First, models are not based on a water vapor feedback. Such a feedback is result, not an assumption. There is no FORTRAN code written that tells a model to increase the water vapor concentration when the CO2 is going up. However, there is incredibly well-established thermodynamics assuring us that a warmer atmosphere can theoretically hold more water vapor.

This doesn't mean it will--- after all, deserts are very hot, but not very moist. This is because atmospheric dynamics (especially the rising and sinking motions of air) keep most of Earth's atmosphere beneath its maximum vapor holding capacity. However, it turns out that observations and complex models (as well as more simple theoretical work) suggest that this degree of "subsaturation" (or relative humidity) doesn't change much, so the actual water vapor concentration still goes up in a similar way that it would if it just behaved like a simple thermodynamic equation (see e.g., here and here and here). Indeed, this has been a robust result going back to at least the 1960's in observational and model-based syntheses of the problem, and is now very well understood.

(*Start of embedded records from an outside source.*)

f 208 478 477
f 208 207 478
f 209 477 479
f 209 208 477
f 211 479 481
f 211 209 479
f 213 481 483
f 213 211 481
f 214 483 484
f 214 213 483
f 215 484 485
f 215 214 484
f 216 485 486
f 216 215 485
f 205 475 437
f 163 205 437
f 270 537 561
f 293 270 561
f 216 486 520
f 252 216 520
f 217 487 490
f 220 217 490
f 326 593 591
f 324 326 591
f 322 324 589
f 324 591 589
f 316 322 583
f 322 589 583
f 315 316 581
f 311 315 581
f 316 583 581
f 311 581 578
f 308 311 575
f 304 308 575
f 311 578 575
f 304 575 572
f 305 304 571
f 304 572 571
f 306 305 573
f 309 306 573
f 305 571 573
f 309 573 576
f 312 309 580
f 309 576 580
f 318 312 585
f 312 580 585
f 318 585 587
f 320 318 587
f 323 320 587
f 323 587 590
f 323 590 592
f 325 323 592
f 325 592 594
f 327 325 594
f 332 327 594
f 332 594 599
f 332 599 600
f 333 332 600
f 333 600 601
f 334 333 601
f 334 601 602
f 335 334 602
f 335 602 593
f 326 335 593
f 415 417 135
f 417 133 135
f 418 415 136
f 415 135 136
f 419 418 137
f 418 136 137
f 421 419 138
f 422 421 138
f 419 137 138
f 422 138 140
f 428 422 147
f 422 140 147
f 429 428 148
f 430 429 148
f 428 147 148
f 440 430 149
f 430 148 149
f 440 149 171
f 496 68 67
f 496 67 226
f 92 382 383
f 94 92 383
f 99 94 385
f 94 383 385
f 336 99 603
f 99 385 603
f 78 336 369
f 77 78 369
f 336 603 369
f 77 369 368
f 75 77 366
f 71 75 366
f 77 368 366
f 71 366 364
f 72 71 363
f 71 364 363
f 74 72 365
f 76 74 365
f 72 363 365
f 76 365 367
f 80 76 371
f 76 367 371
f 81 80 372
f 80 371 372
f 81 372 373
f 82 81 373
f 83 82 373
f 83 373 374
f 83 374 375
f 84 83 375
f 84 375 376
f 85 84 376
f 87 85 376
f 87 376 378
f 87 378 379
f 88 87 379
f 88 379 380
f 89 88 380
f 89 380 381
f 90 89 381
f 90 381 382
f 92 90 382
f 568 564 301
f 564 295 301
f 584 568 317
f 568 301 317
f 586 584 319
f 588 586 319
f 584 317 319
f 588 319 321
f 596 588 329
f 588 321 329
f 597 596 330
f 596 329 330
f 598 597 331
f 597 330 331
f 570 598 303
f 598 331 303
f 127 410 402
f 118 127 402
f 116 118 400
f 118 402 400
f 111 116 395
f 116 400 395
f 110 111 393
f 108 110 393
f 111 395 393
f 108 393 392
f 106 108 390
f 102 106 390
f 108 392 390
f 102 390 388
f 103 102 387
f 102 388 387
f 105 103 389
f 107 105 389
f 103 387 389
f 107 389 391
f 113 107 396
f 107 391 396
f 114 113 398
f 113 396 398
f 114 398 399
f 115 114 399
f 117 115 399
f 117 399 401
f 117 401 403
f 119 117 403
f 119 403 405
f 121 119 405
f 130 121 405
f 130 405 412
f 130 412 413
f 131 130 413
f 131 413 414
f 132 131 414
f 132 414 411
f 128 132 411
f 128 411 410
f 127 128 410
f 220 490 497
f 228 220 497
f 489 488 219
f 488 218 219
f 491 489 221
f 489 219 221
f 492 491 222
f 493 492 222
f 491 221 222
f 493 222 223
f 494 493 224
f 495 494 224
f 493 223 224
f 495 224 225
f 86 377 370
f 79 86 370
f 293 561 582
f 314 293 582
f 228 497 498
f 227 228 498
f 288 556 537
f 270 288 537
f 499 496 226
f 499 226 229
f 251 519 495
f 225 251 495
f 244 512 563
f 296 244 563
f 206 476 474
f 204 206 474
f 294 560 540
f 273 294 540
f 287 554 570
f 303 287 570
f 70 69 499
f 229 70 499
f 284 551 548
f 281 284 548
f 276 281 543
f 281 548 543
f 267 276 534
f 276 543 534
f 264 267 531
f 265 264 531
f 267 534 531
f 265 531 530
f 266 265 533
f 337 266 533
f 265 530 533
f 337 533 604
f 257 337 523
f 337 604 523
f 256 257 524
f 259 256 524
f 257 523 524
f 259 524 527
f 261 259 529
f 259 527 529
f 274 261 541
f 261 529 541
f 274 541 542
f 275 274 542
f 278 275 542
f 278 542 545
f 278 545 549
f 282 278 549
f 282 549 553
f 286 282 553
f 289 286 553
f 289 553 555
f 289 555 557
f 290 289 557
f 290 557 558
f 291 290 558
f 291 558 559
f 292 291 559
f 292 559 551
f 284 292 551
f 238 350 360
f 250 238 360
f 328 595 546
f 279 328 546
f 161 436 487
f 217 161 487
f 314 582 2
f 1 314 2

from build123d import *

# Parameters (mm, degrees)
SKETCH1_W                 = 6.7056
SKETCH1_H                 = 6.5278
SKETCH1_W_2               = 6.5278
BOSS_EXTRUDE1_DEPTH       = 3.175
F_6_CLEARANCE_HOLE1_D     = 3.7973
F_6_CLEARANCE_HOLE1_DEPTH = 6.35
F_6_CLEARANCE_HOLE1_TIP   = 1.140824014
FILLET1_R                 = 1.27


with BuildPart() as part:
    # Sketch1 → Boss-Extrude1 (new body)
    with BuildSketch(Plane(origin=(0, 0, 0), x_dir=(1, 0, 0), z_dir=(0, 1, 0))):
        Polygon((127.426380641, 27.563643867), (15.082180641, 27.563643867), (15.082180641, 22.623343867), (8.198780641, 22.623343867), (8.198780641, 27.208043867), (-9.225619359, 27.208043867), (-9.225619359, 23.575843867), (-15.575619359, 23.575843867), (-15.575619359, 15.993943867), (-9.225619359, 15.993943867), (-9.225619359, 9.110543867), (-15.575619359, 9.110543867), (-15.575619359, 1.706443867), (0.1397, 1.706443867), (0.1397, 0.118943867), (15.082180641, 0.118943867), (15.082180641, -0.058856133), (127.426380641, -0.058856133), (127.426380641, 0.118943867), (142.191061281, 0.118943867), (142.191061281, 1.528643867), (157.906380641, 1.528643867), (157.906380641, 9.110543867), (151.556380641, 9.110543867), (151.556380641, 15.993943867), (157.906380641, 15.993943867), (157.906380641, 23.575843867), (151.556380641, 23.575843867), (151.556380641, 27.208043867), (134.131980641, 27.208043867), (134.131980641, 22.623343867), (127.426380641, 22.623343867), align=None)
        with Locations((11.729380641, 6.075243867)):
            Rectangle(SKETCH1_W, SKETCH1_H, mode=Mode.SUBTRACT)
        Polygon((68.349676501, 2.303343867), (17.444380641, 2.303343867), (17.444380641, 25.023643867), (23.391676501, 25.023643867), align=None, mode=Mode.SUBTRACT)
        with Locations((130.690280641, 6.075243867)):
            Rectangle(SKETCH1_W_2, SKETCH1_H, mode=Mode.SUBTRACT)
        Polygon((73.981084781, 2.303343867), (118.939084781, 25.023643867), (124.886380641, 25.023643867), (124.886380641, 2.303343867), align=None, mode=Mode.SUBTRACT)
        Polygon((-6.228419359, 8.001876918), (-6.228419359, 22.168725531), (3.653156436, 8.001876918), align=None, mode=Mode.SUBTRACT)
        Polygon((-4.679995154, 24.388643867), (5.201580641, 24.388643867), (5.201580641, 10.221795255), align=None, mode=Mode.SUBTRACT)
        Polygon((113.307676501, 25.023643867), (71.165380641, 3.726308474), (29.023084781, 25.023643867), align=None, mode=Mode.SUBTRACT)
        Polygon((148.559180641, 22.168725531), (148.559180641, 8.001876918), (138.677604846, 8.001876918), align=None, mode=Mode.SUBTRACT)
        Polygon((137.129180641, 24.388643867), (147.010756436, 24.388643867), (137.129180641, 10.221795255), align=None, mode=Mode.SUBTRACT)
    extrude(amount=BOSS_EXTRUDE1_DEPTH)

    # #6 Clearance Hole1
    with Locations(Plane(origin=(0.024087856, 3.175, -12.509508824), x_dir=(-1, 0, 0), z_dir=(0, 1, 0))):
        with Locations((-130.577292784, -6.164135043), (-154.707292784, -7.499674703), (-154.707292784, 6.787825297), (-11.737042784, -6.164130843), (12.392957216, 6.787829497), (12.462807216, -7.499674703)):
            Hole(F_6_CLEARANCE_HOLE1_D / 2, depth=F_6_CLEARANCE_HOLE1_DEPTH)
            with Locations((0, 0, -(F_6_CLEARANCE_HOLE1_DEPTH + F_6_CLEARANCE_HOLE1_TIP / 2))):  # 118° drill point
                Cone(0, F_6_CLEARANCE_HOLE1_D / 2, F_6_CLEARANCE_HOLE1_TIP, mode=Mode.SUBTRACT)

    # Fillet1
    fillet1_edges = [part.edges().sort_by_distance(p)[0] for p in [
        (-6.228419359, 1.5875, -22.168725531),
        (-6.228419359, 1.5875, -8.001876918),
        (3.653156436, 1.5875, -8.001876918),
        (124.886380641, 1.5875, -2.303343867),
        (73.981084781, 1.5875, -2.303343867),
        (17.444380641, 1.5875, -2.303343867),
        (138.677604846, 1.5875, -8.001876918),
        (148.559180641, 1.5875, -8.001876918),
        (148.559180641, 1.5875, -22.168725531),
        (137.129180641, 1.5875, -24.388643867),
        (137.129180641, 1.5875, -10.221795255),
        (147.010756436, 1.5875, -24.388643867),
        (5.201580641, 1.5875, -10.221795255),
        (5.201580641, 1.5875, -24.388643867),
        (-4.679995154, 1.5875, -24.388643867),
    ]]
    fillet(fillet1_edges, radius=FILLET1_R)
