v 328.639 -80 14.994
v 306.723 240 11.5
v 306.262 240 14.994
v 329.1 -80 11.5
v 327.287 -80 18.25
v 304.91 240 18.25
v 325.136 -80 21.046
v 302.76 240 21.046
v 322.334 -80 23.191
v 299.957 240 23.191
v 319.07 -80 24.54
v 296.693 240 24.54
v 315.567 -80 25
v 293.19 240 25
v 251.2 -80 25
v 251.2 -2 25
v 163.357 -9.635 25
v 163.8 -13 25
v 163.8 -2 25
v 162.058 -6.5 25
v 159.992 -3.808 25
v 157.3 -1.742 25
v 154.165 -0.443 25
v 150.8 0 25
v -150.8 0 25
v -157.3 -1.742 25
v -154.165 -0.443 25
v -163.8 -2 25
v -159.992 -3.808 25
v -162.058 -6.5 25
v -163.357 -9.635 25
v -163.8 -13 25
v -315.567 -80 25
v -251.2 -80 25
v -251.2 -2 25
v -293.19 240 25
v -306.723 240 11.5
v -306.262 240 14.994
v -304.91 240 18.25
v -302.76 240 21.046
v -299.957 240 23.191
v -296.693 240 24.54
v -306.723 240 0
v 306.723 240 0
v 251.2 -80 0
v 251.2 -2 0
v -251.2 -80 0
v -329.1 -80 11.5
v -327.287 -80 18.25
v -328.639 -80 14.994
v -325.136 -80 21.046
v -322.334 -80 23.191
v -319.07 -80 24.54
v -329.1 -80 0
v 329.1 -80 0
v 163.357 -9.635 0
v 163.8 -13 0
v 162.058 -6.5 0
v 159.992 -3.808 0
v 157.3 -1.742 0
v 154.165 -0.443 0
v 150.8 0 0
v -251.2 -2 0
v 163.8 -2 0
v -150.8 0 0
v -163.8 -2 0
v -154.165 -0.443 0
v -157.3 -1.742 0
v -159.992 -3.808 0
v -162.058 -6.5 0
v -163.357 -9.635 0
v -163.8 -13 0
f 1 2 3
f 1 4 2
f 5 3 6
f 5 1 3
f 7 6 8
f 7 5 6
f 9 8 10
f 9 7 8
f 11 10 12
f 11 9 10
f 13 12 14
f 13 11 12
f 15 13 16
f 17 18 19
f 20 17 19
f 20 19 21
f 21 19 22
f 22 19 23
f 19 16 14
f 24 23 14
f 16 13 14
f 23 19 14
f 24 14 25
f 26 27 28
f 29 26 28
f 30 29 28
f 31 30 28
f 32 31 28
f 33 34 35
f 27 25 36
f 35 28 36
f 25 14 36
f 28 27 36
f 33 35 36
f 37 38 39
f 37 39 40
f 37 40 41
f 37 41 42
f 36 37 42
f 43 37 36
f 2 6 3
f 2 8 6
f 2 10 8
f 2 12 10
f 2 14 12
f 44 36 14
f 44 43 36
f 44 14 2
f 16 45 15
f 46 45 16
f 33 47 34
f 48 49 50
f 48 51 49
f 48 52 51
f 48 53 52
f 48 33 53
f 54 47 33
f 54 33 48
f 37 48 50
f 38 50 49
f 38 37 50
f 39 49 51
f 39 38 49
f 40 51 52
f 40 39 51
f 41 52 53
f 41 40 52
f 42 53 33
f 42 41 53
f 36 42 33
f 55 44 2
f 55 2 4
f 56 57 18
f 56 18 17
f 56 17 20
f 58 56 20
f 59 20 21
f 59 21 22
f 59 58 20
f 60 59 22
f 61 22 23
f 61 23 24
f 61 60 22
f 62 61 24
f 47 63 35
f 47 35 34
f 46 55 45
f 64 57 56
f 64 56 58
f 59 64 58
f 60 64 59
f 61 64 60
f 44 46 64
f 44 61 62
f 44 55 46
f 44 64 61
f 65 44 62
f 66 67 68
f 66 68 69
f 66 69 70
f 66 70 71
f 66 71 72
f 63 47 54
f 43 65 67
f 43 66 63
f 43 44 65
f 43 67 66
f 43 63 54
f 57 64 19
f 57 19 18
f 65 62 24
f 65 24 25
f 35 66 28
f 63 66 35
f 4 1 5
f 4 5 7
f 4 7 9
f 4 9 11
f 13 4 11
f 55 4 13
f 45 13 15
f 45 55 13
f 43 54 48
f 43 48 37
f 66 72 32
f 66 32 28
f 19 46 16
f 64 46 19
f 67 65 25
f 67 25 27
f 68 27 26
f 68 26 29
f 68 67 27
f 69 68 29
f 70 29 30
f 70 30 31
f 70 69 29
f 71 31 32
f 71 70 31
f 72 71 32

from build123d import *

# Parameters (mm, degrees)
BOSS_EXTRUDE1_DEPTH = 25
FILLET1_R           = 13.5


with BuildPart() as part:
    # Sketch1 → Boss-Extrude1 (new body)
    with BuildSketch(Plane.XY):
        with BuildLine():
            Line((-251.2, -2), (-251.2, -80))
            Line((-251.2, -80), (-329.1, -80))
            Line((-329.1, -80), (-306.723420178, 240))
            Line((-306.723420178, 240), (306.723420178, 240))
            Line((306.723420178, 240), (329.1, -80))
            Line((329.1, -80), (251.2, -80))
            Line((251.2, -80), (251.2, -2))
            Line((251.2, -2), (163.8, -2))
            Line((163.8, -2), (163.8, -13))
            ThreePointArc((163.8, -13), (159.992388155, -3.807611845), (150.8, 0))
            Line((150.8, 0), (-150.8, 0))
            ThreePointArc((-150.8, 0), (-159.992388155, -3.807611845), (-163.8, -13))
            Line((-163.8, -13), (-163.8, -2))
            Line((-163.8, -2), (-251.2, -2))
        make_face()
    extrude(amount=BOSS_EXTRUDE1_DEPTH)

    # Fillet1
    fillet1_edges = [part.edges().sort_by_distance(p)[0] for p in [
        (317.911710089, 80, 25),
        (-317.911710089, 80, 25),
    ]]
    fillet(fillet1_edges, radius=FILLET1_R)


solid = part.part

Indeed, CO2 is the fundamental control knob on Earth's climate over relatively long timescales, since the water vapor concentration is shackled to temperature in a very fundamental way, because the Sun's output does not change very much except on geologic time intervals, and because CO2 is the principle non-condensing greenhouse gas capable of changing in response to geologic (or anthropogenic) sources and sinks on climate timescales. -chris colose

The basic argument in the remainder of the article is one of 'complexity' and the notion that climatologists cannot perfectly understand thousands of variables, and hence the behavior of the system under investigation.

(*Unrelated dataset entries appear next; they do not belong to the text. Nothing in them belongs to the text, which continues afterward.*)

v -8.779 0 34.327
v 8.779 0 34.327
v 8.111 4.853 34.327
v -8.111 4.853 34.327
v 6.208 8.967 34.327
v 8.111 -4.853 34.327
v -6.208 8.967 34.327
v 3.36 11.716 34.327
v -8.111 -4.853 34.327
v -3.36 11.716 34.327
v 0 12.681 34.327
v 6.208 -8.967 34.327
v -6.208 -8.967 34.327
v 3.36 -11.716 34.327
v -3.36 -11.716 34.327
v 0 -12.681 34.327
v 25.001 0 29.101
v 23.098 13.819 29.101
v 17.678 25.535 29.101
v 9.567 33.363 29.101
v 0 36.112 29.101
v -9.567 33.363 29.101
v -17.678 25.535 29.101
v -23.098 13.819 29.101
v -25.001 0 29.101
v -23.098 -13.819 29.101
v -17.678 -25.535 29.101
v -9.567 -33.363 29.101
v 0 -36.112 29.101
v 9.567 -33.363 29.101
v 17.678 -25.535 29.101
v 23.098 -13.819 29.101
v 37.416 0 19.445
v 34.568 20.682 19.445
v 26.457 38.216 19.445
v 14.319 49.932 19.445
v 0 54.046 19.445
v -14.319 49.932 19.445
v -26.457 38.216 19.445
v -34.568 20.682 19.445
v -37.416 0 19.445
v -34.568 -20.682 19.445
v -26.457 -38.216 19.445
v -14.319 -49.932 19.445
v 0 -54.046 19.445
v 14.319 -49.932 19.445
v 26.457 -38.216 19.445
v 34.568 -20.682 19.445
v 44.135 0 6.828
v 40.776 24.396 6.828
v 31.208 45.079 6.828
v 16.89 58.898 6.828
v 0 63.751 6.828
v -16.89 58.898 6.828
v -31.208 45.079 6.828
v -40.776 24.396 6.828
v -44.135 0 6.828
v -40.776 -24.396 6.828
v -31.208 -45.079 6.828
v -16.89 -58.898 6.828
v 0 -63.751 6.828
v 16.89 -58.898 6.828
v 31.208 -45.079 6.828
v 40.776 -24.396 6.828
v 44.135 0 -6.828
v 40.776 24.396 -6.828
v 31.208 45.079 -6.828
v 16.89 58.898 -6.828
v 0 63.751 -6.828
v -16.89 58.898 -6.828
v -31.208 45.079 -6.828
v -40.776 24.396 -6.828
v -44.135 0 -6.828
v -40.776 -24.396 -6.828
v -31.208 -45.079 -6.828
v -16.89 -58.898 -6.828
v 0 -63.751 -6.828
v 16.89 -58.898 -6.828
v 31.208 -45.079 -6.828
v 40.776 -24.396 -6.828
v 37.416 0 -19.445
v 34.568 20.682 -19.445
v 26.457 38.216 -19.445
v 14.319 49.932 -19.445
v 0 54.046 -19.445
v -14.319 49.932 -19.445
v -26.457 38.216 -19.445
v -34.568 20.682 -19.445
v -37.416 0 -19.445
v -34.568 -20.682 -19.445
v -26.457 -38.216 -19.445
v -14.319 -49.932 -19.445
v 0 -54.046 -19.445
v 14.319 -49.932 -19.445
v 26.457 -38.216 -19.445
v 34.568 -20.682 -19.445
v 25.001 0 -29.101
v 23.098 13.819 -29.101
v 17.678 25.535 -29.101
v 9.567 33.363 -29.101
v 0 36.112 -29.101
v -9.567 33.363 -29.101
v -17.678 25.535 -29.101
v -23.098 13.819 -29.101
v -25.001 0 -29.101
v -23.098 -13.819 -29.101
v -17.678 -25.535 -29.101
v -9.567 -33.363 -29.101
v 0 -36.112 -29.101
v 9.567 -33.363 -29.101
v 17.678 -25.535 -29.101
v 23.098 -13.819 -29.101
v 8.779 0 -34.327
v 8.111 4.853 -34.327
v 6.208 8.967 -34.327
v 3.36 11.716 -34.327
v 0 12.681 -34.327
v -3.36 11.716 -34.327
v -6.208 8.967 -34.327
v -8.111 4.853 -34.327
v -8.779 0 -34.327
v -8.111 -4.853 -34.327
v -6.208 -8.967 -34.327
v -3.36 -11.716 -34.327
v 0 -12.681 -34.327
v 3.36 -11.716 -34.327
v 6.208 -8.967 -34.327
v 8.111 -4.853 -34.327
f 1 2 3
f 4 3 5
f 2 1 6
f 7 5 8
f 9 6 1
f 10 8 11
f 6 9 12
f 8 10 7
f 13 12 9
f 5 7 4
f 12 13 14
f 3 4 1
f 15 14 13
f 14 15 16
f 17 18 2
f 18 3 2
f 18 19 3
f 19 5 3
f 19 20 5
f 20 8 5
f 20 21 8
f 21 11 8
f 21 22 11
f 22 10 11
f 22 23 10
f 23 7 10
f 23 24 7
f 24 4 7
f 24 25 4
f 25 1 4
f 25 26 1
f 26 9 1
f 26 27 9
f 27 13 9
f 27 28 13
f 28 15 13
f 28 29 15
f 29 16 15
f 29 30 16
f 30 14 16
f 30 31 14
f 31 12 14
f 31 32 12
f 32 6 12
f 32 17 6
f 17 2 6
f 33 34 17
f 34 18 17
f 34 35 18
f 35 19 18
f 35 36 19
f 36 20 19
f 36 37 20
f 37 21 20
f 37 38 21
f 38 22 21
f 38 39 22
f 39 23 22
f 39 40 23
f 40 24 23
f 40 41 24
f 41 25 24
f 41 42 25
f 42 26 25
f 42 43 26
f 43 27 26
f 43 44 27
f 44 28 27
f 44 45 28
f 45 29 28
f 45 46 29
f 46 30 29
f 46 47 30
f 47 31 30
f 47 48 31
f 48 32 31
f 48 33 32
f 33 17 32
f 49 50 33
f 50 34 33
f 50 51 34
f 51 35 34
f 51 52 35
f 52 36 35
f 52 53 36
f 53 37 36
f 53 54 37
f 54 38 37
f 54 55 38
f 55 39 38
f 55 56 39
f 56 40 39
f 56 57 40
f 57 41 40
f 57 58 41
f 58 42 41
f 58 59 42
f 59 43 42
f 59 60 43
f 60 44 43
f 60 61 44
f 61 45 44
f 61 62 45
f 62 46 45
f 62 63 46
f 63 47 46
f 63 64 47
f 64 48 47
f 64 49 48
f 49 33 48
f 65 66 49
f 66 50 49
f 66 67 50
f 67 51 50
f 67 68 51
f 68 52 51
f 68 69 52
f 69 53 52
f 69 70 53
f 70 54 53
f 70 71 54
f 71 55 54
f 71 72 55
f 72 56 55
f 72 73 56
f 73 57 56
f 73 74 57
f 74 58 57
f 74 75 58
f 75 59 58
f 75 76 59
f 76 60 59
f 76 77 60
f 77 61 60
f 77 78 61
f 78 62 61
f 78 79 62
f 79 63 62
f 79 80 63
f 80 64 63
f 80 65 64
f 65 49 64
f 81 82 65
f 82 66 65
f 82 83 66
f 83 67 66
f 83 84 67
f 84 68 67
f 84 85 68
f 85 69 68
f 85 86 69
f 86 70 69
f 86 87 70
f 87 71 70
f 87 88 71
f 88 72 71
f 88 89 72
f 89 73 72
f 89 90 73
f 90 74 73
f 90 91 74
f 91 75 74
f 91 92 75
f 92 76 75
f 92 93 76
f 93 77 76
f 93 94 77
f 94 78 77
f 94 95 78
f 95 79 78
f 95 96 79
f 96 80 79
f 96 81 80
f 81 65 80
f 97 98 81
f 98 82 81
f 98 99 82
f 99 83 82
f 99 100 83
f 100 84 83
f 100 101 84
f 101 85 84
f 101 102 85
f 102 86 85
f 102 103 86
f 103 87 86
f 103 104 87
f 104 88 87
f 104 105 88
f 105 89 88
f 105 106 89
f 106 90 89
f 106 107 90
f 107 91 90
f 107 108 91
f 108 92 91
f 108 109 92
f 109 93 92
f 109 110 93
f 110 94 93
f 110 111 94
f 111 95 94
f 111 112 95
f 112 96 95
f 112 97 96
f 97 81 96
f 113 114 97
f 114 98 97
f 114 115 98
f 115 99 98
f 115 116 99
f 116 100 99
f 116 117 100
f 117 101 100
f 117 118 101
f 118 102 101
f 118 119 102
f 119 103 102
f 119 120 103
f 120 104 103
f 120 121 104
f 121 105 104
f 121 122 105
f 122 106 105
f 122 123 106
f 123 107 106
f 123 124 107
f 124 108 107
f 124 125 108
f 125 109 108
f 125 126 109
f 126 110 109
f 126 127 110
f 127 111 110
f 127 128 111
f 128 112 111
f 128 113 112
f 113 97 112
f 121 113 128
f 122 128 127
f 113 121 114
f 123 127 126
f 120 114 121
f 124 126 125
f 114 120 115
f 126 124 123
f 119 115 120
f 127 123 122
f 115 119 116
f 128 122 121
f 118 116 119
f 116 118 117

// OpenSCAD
// Generated by SolidPython 1.0.1 on 2020-07-29 00:46:48


scale(v = [9, 13, 7]) {
	sphere(r = 5);
}
/***********************************************
*********      SolidPython code:      **********
************************************************
 
# import packages: SolidPython
from solid import *
from solid.utils import *
from itertools import chain, combinations, permutations


class Resize:

    def __init__(self, scad_file):
        self.scad_file = scad_file
        #self.scad_file = import_scad(scad_file)
        # cone/cylinder param:
        self.r1 = 0
        self.r2 = 0
        self.h = 0
        # rectangular prism param:
        self.w = 0
        self.l = 0
        # ellipse param:
        self.r = 0

    # import OpenScad code (file name corresponds to shape)


    # classify shape + parameters
    def assign(self, param1, param2, param3):
        if self.scad_file == 'cone.scad':
            self.r1 = param1
            self.r2 = param2
            self.h = param3
        elif self.scad_file == 'cylinder.scad':
            self.r1 = param1
            self.r2 = param2
            self.h = param3
        elif self.scad_file == 'rectangularPrism.scad':
            self.h = param1
            self.l = param2
            self.w = param3
        else:
            self.r = param1
            self.h = param2

    # resize parameters
    def iterate(self):
        x = range(3, 20, 2)
        i = 1
        if self.scad_file == 'cone.scad':
            tempList = list(permutations(x, 2))
            for temp in tempList:
                param1 = temp[0]
                param2 = temp[1]
                filepath = 'produced_scad_files/' + 'cone' + str(param1) + '_' + str(param2) + '_' + '.scad'
                scad_render_to_file(cylinder(h=param1, r1=param2, r2=0), filepath)

        elif self.scad_file == 'cylinder.scad':
            tempList = list(permutations(x, 3))
            for temp in tempList:
                param1 = temp[0]
                param2 = temp[1]
                filepath = 'produced_scad_files/' + 'cylinder' + str(param1) + '_' + str(param2) + '_' + '.scad'
                scad_render_to_file(cylinder(h=param1, r1=param2, r2=param2), filepath)

        elif self.scad_file == 'rectangularPrism.scad':
            tempList = list(permutations(x, 3))
            for temp in tempList:
                param1 = temp[0]
                param2 = temp[1]
                param3 = temp[2]
                filepath = 'produced_scad_files/' + 'rectangularPrism' + str(param1) + '_' + str(param2) + '_' + str(
                    param3) + '.scad'
                scad_render_to_file(cube(size=(param1, param2, param3)), filepath)

        elif self.scad_file == 'ellipse.scad':
            tempList = list(permutations(x, 4))
            for temp in tempList:
                param1 = temp[0]
                param2 = temp[1]
                param3 = temp[2]
                param4 = temp[3]
                filepath = 'produced_scad_files/' + 'ellipse' + str(param1) + '_' + str(param2) + '_' + str(param3) + '_' + str(param4) + '.scad'
                scad_render_to_file(scale([param1, param2, param3])(sphere(r=param4)), filepath)

    def render_to_scadfile(self):
        scad_render_to_file(scad, 'example.scad') 
 
************************************************/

Jacoby is not completely wrong- climate is extremely complex, and poses no shortage of interesting research questions.

However, it is sometimes difficult for non-specialists to appreciate the emergent simplicity that can arise in an incredibly complex system. After all, how do we know summer will be warmer than winter, that the top of Mt. Everest is colder than the base, or that Arizona is expected to be on average drier than Florida, or that the equator ought to be hotter than New York, or that the climate will cool following a large volcanic eruption?

These statements are not just based on prior observations, but in fact can be predicted by applying fundamental equations to a rotating planet. Part of the beauty in studying atmospheric science is in gaining an appreciation for where complexity is counterbalanced by an almost eery predictability, much like how the outcome of a single spin in roulette is hopelessly unpredictable (and certainly influenced by every slight detail at the time the dealer releases the ball), but casino's have no problem with such complexity because the statistical behavior of the roulette wheel is well-posed. Similarly, the statistical behavior of the atmosphere, while unsolved, is not actually that complex.

The appeal to complexity is a compelling one. Nonetheless, progress has been in many complex sciences (astrophysics, geology) in which the system under investigation cannot be experimentally isolated, and yet where so much is known.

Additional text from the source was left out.